### EXERCISE INSTRUCTIONS
Repeat exactly the opening lines of the records, ending with the line that contains "#225=CARTESIAN_POINT('',(46.212754,10.427939,-71.339933));".

[Records from a data collection]
•••

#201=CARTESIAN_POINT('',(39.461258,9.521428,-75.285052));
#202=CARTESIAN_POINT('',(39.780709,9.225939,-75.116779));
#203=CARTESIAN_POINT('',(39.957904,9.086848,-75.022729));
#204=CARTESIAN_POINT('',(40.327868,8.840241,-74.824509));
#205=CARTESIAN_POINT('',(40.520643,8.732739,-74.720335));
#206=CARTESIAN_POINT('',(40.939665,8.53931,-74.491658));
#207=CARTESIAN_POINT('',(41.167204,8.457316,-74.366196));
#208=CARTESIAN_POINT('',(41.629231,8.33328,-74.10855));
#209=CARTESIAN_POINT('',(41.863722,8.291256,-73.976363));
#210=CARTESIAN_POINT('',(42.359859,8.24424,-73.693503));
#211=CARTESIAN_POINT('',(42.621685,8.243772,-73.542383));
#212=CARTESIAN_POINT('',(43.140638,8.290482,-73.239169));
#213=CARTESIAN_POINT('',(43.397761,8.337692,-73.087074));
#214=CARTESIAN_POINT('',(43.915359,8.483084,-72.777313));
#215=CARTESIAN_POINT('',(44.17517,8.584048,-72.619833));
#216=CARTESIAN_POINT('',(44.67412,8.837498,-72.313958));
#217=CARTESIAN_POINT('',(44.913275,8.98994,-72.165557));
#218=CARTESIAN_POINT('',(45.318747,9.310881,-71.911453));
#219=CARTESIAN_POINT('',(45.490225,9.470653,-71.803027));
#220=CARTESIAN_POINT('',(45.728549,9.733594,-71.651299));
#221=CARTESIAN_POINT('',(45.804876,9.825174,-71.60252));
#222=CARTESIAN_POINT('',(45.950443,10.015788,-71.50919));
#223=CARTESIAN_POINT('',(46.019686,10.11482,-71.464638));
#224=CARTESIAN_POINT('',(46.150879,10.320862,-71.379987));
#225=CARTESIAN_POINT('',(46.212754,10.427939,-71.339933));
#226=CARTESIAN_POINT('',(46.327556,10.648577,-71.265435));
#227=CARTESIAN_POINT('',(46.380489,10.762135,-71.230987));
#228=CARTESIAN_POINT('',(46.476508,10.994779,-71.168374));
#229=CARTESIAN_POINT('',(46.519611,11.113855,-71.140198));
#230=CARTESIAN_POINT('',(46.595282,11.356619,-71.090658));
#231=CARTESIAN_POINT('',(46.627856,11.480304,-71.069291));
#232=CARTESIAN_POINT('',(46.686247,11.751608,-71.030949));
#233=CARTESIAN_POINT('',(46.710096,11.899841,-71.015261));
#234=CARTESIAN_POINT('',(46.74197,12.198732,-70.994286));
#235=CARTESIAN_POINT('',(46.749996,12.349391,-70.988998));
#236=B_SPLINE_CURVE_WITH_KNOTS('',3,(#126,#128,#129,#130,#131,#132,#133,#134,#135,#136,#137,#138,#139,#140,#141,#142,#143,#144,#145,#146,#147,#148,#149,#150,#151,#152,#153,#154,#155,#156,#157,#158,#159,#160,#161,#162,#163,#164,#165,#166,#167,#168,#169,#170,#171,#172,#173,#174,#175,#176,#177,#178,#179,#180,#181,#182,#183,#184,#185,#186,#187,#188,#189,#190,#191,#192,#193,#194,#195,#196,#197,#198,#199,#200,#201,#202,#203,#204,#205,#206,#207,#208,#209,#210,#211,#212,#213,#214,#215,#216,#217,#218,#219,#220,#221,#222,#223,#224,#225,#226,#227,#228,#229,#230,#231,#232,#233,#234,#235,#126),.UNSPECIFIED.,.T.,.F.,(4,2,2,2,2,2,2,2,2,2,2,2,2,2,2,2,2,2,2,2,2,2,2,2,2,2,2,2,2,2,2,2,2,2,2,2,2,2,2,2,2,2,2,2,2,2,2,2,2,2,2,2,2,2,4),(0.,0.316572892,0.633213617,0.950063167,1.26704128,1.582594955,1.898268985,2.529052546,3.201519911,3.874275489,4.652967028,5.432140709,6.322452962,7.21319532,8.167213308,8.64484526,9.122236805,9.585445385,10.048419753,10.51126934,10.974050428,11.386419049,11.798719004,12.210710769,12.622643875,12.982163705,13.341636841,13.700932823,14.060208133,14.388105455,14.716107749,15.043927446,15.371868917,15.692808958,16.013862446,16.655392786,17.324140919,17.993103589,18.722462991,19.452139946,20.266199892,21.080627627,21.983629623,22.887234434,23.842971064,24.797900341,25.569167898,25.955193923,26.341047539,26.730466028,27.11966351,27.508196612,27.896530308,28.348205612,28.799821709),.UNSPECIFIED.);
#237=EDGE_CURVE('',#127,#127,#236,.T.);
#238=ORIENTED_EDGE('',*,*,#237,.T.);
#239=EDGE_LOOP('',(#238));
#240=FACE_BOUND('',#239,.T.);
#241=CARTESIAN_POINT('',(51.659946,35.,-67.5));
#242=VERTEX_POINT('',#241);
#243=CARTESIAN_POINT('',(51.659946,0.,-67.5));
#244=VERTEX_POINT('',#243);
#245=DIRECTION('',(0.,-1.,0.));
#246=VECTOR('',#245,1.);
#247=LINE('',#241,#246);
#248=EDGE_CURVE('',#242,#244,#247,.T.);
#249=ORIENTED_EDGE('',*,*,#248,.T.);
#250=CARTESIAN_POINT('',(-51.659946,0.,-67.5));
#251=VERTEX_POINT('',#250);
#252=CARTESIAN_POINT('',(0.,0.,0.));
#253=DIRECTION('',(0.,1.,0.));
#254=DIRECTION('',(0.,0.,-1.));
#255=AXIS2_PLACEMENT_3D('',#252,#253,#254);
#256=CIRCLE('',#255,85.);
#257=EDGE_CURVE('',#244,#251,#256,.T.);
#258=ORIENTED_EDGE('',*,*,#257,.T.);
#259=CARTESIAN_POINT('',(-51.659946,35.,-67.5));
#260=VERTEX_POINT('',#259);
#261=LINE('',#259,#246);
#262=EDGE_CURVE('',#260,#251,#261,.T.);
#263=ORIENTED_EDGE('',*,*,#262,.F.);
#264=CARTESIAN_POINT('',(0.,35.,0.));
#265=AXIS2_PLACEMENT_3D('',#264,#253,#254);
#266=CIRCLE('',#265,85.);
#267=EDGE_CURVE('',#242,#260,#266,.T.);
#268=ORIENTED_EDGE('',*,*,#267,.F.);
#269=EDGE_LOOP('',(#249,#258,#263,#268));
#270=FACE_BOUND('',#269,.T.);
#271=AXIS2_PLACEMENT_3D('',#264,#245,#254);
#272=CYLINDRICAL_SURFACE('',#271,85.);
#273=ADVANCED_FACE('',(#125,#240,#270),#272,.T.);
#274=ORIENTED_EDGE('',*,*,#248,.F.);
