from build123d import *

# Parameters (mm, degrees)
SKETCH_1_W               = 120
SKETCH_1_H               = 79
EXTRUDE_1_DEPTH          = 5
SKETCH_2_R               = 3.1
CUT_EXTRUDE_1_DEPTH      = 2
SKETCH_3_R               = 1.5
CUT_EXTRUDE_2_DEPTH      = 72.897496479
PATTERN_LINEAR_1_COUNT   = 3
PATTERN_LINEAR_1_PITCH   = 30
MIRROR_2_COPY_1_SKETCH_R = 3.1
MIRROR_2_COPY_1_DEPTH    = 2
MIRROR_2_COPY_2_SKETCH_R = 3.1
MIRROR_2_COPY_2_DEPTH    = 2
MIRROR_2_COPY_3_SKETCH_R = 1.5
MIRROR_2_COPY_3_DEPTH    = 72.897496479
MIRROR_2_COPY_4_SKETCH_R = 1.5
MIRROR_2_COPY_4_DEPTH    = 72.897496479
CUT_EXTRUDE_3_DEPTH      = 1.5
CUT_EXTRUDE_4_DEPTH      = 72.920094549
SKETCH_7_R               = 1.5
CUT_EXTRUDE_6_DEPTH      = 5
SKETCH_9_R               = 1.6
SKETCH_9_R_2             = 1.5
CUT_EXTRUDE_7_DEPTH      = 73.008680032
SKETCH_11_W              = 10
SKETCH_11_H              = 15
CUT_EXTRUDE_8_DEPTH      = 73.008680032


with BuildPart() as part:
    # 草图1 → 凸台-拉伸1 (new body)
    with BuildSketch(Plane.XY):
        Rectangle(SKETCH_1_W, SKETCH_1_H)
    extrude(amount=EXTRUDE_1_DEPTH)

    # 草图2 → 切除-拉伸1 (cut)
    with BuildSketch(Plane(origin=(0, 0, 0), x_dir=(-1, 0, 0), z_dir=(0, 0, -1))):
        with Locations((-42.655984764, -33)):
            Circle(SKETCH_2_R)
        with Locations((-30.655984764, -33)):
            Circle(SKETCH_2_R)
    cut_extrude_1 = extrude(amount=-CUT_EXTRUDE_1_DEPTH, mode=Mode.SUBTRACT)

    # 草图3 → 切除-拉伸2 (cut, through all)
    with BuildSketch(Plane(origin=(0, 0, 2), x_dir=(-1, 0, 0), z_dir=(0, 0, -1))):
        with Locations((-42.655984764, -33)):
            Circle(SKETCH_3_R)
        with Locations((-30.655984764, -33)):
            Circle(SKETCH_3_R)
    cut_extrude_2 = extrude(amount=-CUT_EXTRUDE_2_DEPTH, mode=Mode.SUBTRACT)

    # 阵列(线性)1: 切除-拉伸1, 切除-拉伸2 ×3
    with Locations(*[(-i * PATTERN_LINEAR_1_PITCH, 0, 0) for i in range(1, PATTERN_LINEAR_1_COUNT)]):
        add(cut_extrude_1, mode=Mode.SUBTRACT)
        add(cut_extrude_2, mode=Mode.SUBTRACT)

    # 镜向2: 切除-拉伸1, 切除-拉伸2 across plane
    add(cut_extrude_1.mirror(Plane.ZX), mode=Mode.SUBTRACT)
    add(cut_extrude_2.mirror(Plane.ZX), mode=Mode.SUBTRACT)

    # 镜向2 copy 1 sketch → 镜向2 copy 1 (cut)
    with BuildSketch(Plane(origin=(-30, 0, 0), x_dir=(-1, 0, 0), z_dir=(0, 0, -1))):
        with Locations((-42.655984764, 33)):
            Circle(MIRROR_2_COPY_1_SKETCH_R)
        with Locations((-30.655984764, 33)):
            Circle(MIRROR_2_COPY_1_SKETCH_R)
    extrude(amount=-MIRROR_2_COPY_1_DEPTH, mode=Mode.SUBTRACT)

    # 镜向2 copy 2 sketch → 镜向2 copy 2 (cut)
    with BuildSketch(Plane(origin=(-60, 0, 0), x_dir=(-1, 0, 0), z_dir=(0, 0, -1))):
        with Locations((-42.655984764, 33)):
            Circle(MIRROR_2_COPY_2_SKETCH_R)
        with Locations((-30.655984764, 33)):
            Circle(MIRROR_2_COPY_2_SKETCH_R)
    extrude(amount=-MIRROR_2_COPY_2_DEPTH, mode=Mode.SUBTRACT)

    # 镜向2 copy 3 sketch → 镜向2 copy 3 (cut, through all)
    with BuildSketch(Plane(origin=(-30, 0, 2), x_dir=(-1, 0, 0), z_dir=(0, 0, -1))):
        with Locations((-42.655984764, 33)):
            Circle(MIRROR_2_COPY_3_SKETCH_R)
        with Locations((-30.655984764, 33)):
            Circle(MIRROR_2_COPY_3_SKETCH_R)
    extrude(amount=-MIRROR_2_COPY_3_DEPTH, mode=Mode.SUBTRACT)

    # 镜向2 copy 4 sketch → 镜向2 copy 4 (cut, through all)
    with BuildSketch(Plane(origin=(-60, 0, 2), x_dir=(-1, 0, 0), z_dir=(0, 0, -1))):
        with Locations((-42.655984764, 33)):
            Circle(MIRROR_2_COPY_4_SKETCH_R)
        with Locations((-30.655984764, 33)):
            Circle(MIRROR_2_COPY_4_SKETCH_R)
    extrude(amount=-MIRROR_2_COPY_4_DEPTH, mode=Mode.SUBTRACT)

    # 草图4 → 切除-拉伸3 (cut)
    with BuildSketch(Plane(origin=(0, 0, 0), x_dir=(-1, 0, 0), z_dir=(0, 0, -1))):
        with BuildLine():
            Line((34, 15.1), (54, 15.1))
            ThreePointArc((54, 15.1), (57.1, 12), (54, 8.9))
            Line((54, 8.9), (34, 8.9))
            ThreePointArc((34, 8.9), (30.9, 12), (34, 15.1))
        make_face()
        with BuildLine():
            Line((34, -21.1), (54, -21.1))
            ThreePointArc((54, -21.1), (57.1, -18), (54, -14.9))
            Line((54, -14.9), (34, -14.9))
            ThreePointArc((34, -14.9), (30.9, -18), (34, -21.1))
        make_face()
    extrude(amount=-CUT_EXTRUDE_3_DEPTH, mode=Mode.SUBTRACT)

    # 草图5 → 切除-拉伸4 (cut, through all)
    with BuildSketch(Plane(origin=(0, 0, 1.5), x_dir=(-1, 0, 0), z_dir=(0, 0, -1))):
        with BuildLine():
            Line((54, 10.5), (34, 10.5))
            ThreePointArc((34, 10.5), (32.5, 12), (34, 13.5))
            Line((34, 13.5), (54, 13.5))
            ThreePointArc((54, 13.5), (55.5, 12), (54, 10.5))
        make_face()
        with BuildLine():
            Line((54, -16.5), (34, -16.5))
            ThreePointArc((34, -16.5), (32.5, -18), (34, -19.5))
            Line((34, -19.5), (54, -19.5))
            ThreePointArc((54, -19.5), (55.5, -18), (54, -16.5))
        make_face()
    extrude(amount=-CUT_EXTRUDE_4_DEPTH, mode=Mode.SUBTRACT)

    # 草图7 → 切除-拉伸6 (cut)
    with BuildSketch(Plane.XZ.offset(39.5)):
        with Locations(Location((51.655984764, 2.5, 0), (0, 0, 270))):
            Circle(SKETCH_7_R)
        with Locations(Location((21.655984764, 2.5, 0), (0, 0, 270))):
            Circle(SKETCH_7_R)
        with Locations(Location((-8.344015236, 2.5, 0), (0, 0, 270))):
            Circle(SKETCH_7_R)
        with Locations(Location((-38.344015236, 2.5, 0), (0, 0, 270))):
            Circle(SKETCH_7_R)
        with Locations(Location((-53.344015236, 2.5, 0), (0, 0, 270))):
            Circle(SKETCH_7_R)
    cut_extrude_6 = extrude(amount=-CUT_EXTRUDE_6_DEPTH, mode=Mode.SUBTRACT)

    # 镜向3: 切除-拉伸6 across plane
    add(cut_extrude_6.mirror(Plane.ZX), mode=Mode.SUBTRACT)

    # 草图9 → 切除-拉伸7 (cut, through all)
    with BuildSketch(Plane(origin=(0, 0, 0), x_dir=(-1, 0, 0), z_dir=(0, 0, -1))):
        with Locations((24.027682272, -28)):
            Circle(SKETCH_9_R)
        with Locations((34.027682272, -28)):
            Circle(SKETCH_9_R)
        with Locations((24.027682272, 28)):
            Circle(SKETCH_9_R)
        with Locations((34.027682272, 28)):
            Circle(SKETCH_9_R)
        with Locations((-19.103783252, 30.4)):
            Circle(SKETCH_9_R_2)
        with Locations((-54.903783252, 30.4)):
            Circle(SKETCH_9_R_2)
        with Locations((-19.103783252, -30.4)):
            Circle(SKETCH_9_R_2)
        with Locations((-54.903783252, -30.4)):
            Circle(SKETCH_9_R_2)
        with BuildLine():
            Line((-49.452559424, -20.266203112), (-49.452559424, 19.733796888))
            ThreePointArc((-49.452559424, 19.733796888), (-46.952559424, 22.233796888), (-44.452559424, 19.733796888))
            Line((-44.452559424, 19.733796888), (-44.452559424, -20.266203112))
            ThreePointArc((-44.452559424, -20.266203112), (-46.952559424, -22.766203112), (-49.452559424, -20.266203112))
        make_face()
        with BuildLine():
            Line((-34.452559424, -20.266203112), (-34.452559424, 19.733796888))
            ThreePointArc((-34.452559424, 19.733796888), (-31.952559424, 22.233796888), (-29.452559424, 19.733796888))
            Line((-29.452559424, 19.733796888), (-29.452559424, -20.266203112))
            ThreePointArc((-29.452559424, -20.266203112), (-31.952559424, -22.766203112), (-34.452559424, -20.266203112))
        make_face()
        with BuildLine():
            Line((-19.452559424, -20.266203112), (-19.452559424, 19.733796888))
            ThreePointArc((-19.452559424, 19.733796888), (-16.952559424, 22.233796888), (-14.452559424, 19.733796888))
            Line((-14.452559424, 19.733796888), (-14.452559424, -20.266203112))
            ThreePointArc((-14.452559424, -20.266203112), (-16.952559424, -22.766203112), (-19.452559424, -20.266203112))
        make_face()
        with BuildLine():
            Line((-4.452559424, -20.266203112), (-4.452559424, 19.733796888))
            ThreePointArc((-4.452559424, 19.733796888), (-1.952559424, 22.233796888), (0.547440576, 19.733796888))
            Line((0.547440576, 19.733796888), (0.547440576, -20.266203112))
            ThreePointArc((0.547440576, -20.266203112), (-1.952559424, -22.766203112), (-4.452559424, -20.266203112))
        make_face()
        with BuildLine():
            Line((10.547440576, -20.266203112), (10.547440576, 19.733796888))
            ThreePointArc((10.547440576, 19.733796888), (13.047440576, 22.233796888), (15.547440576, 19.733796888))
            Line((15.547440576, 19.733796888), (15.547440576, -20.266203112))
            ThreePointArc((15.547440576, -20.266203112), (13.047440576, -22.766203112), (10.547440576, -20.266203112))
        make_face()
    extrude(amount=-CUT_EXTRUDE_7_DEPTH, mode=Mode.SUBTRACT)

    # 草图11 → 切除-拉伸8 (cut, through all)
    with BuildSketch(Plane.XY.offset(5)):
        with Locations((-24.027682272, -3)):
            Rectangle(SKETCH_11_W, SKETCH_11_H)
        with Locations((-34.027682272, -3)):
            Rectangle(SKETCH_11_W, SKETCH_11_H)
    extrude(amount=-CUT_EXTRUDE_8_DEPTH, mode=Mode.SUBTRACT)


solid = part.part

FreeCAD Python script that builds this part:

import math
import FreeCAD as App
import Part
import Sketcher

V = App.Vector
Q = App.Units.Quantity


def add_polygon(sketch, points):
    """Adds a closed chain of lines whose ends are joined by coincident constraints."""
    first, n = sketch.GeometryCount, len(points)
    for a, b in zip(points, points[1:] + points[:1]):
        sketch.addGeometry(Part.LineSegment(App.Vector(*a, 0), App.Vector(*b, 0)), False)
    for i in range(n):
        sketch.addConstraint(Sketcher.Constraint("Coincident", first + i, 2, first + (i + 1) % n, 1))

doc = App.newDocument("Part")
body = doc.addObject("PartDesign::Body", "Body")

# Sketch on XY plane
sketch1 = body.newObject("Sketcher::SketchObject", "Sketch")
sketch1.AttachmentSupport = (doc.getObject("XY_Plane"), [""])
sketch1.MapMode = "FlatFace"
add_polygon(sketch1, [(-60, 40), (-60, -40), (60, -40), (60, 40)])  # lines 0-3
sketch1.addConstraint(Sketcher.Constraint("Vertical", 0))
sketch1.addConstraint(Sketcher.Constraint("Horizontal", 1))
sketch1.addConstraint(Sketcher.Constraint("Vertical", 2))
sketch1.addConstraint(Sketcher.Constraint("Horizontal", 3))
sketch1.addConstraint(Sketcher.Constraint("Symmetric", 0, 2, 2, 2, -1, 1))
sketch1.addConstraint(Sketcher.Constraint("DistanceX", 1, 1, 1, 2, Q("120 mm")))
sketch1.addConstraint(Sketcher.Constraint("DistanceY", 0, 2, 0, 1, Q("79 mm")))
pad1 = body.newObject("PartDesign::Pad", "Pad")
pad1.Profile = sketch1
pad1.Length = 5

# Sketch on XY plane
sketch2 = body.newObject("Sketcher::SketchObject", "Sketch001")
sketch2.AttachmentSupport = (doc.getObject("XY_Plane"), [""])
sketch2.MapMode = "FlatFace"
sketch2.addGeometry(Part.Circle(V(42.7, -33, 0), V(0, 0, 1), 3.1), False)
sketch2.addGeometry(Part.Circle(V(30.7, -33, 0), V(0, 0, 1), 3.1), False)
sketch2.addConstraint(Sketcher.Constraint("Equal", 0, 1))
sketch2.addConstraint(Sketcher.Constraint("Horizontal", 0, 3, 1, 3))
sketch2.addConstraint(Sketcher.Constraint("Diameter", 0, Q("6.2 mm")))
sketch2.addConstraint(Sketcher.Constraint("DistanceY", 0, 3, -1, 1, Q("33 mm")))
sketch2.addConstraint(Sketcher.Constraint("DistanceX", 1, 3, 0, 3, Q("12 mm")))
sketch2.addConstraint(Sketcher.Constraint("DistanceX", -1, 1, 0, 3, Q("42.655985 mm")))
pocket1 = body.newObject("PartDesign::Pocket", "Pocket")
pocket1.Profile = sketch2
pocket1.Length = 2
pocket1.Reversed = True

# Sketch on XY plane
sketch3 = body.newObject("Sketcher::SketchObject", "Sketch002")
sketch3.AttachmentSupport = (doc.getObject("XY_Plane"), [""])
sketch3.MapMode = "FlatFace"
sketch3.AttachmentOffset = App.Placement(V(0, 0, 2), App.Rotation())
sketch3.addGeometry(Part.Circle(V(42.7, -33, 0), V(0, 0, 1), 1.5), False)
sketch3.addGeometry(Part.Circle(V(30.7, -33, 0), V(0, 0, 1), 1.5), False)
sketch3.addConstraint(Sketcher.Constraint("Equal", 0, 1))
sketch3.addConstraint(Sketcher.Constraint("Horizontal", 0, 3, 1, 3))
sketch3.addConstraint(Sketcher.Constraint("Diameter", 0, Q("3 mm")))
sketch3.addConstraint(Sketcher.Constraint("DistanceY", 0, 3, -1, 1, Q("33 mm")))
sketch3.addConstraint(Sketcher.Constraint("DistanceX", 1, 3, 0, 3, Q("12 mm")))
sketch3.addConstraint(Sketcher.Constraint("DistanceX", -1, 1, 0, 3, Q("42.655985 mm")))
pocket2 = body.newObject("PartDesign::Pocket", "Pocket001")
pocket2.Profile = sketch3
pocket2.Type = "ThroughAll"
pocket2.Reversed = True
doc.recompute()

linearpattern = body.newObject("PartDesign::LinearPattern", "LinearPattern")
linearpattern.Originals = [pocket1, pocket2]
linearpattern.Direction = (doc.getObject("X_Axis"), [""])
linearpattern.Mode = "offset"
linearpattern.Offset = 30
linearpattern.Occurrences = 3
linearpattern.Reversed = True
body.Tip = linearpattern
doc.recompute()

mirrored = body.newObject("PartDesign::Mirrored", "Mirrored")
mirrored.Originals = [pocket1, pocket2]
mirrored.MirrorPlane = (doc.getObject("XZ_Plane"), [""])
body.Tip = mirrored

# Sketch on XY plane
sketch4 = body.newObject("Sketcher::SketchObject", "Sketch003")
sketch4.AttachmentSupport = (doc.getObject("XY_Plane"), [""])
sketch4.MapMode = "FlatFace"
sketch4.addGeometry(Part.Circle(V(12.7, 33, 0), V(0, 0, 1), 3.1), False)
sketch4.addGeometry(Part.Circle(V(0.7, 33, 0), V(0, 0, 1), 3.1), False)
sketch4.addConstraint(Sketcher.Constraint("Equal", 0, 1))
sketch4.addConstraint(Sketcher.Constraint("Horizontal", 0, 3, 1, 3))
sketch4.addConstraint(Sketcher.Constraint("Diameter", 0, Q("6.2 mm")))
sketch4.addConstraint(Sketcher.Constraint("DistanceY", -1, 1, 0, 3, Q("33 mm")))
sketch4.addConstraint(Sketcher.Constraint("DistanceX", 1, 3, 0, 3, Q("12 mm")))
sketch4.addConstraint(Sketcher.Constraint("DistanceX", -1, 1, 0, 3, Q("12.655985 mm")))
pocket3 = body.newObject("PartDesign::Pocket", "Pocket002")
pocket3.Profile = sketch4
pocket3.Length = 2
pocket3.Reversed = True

•••

### WRITTEN SOLUTION
#201=CARTESIAN_POINT('',(39.461258,9.521428,-75.285052));
#202=CARTESIAN_POINT('',(39.780709,9.225939,-75.116779));
#203=CARTESIAN_POINT('',(39.957904,9.086848,-75.022729));
#204=CARTESIAN_POINT('',(40.327868,8.840241,-74.824509));
#205=CARTESIAN_POINT('',(40.520643,8.732739,-74.720335));
#206=CARTESIAN_POINT('',(40.939665,8.53931,-74.491658));
#207=CARTESIAN_POINT('',(41.167204,8.457316,-74.366196));
#208=CARTESIAN_POINT('',(41.629231,8.33328,-74.10855));
#209=CARTESIAN_POINT('',(41.863722,8.291256,-73.976363));
#210=CARTESIAN_POINT('',(42.359859,8.24424,-73.693503));
#211=CARTESIAN_POINT('',(42.621685,8.243772,-73.542383));
#212=CARTESIAN_POINT('',(43.140638,8.290482,-73.239169));
#213=CARTESIAN_POINT('',(43.397761,8.337692,-73.087074));
#214=CARTESIAN_POINT('',(43.915359,8.483084,-72.777313));
#215=CARTESIAN_POINT('',(44.17517,8.584048,-72.619833));
#216=CARTESIAN_POINT('',(44.67412,8.837498,-72.313958));
#217=CARTESIAN_POINT('',(44.913275,8.98994,-72.165557));
#218=CARTESIAN_POINT('',(45.318747,9.310881,-71.911453));
#219=CARTESIAN_POINT('',(45.490225,9.470653,-71.803027));
#220=CARTESIAN_POINT('',(45.728549,9.733594,-71.651299));
#221=CARTESIAN_POINT('',(45.804876,9.825174,-71.60252));
#222=CARTESIAN_POINT('',(45.950443,10.015788,-71.50919));
#223=CARTESIAN_POINT('',(46.019686,10.11482,-71.464638));
#224=CARTESIAN_POINT('',(46.150879,10.320862,-71.379987));
#225=CARTESIAN_POINT('',(46.212754,10.427939,-71.339933));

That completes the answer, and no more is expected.